- ACTION ITEM -
Using the records below, give again exactly the lines from the line that contains "v5 (1,3.354102,13.4)" through the line that contains "v9 (1,3.872983,5)", both ends included, and only those.

- RECORDS FOR THE TASK -

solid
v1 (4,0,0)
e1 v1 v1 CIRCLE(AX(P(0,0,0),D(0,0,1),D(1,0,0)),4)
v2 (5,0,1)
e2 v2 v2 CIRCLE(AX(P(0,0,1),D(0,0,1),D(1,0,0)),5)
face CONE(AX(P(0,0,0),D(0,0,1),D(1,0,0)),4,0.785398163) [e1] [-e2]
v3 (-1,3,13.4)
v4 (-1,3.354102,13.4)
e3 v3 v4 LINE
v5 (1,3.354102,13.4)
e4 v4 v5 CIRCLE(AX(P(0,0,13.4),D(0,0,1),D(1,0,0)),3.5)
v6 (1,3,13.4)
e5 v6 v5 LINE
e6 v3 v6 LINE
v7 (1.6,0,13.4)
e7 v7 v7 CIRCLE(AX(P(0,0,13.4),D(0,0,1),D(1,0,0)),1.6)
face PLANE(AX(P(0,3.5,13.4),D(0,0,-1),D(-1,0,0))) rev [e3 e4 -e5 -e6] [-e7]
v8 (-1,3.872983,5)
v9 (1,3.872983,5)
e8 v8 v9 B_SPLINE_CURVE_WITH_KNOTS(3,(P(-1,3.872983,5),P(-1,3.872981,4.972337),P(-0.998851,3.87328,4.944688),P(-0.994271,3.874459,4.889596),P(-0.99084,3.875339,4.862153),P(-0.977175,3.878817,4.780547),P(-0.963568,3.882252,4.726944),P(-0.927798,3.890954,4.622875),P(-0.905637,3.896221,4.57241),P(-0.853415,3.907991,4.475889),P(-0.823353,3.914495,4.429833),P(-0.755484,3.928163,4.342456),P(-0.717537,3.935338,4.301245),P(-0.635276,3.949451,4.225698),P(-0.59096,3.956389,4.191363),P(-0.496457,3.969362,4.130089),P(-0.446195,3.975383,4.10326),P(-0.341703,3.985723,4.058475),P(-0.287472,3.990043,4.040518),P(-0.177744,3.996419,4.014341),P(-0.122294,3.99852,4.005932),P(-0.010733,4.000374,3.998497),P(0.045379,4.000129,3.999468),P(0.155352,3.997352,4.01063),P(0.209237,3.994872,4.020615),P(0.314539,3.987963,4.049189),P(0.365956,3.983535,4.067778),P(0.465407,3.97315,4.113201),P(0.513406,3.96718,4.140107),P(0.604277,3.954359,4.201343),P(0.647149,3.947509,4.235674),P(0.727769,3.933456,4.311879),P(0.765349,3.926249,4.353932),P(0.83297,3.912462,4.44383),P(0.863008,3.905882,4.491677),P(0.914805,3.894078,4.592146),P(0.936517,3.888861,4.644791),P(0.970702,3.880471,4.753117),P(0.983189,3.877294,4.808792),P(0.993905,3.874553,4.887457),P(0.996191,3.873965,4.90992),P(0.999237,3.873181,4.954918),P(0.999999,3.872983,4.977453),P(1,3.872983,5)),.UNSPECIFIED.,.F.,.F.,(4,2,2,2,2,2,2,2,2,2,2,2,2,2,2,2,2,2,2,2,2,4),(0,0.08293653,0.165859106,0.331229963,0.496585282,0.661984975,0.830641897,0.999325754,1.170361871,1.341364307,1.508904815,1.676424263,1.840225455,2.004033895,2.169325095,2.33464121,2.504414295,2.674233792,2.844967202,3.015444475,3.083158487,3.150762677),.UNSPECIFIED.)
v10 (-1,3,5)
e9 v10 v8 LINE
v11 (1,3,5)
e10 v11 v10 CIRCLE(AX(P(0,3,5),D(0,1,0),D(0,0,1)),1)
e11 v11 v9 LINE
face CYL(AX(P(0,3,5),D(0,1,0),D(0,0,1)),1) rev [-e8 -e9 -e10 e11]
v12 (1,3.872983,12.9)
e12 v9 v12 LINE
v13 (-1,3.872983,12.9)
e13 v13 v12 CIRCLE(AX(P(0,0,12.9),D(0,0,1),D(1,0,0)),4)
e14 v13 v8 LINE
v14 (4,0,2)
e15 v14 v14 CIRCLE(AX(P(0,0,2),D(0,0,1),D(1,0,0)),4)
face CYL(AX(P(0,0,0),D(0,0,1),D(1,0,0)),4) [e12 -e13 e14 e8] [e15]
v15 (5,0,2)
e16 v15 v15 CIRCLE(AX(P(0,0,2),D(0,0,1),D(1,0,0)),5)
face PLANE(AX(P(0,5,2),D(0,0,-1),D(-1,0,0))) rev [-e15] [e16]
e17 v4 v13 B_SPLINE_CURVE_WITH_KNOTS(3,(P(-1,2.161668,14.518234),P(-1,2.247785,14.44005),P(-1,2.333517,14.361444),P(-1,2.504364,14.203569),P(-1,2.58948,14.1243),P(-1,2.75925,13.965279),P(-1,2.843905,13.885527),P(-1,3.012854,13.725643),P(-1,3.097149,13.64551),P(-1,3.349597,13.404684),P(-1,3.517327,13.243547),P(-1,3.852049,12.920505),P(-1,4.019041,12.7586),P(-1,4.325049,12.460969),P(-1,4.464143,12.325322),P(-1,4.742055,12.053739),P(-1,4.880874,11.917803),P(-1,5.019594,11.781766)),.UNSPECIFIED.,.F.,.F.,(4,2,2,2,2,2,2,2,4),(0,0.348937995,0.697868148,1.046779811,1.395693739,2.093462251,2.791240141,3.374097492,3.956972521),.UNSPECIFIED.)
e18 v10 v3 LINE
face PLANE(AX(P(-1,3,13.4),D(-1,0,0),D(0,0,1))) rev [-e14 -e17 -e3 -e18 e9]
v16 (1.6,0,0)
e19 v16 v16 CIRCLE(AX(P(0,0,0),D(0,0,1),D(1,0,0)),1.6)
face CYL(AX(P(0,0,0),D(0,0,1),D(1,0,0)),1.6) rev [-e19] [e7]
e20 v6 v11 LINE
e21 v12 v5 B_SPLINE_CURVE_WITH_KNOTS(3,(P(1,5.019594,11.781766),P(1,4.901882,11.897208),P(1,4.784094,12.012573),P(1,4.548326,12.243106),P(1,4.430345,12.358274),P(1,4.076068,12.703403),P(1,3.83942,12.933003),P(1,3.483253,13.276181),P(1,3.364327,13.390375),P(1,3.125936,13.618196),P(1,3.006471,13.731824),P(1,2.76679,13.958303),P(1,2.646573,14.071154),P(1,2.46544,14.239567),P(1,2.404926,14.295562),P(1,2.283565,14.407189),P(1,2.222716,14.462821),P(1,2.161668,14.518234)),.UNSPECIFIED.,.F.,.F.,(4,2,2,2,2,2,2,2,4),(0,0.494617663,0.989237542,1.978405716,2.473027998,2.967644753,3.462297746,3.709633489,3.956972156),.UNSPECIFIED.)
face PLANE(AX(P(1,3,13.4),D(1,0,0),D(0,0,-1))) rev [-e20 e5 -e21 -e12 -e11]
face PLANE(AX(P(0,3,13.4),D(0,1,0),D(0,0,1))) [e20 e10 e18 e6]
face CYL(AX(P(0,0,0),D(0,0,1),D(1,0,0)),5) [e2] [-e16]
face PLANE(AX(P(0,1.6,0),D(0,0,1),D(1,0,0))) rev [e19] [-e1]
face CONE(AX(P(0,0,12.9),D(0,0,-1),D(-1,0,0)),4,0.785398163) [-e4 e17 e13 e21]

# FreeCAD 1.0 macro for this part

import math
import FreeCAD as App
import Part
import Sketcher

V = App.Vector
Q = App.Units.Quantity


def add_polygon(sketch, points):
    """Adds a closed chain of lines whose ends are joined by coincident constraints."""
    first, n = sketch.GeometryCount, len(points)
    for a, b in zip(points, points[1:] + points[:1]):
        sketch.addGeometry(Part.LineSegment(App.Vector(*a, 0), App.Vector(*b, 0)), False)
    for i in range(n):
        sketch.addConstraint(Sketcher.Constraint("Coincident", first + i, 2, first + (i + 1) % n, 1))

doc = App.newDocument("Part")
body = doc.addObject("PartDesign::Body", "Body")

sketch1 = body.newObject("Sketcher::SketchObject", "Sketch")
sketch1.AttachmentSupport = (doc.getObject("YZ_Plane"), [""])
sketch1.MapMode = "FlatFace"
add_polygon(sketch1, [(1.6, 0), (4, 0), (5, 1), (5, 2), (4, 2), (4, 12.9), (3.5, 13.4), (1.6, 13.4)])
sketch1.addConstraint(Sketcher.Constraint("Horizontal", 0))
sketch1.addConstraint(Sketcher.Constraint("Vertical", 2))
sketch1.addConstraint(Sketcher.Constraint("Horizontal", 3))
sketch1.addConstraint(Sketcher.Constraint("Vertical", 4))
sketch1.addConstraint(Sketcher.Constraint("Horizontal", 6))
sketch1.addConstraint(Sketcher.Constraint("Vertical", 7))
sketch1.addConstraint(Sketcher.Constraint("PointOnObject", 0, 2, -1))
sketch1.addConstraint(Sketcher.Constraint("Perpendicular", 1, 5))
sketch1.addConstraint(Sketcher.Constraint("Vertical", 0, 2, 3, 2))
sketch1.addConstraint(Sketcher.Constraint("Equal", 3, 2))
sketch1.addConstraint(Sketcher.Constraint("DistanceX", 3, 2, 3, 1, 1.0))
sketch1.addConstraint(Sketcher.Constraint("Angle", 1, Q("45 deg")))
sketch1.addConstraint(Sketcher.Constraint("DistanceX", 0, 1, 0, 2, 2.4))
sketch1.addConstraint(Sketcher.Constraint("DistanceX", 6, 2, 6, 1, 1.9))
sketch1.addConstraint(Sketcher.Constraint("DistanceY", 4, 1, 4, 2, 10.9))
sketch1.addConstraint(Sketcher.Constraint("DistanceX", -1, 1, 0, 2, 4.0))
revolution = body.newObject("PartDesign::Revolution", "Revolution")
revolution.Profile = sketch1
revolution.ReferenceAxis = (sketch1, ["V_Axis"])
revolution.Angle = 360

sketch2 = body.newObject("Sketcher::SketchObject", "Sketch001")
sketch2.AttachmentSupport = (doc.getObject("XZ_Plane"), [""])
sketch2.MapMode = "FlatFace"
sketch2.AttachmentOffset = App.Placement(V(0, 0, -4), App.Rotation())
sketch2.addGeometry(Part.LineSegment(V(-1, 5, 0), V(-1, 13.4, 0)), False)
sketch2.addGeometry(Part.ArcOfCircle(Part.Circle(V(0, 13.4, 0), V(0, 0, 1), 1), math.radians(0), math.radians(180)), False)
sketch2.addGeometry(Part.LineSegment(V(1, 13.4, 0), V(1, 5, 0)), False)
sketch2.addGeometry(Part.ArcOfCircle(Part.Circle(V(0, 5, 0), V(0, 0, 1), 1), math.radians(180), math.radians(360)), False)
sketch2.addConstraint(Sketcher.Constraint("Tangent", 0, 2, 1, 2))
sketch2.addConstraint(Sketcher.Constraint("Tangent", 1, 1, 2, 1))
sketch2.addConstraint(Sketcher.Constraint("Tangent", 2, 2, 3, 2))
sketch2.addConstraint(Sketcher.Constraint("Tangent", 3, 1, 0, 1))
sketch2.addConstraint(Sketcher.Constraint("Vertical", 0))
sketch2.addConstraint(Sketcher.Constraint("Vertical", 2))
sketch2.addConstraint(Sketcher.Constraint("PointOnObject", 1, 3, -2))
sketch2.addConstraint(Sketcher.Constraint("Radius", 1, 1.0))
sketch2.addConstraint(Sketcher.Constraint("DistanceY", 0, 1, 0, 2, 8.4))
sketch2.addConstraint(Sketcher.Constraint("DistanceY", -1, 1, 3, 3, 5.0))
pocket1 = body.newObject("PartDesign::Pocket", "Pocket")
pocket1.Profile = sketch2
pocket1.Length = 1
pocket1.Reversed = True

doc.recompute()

- ANSWER TO THE EXERCISE -
v5 (1,3.354102,13.4)
e4 v4 v5 CIRCLE(AX(P(0,0,13.4),D(0,0,1),D(1,0,0)),3.5)
v6 (1,3,13.4)
e5 v6 v5 LINE
e6 v3 v6 LINE
v7 (1.6,0,13.4)
e7 v7 v7 CIRCLE(AX(P(0,0,13.4),D(0,0,1),D(1,0,0)),1.6)
face PLANE(AX(P(0,3.5,13.4),D(0,0,-1),D(-1,0,0))) rev [e3 e4 -e5 -e6] [-e7]
v8 (-1,3.872983,5)
v9 (1,3.872983,5)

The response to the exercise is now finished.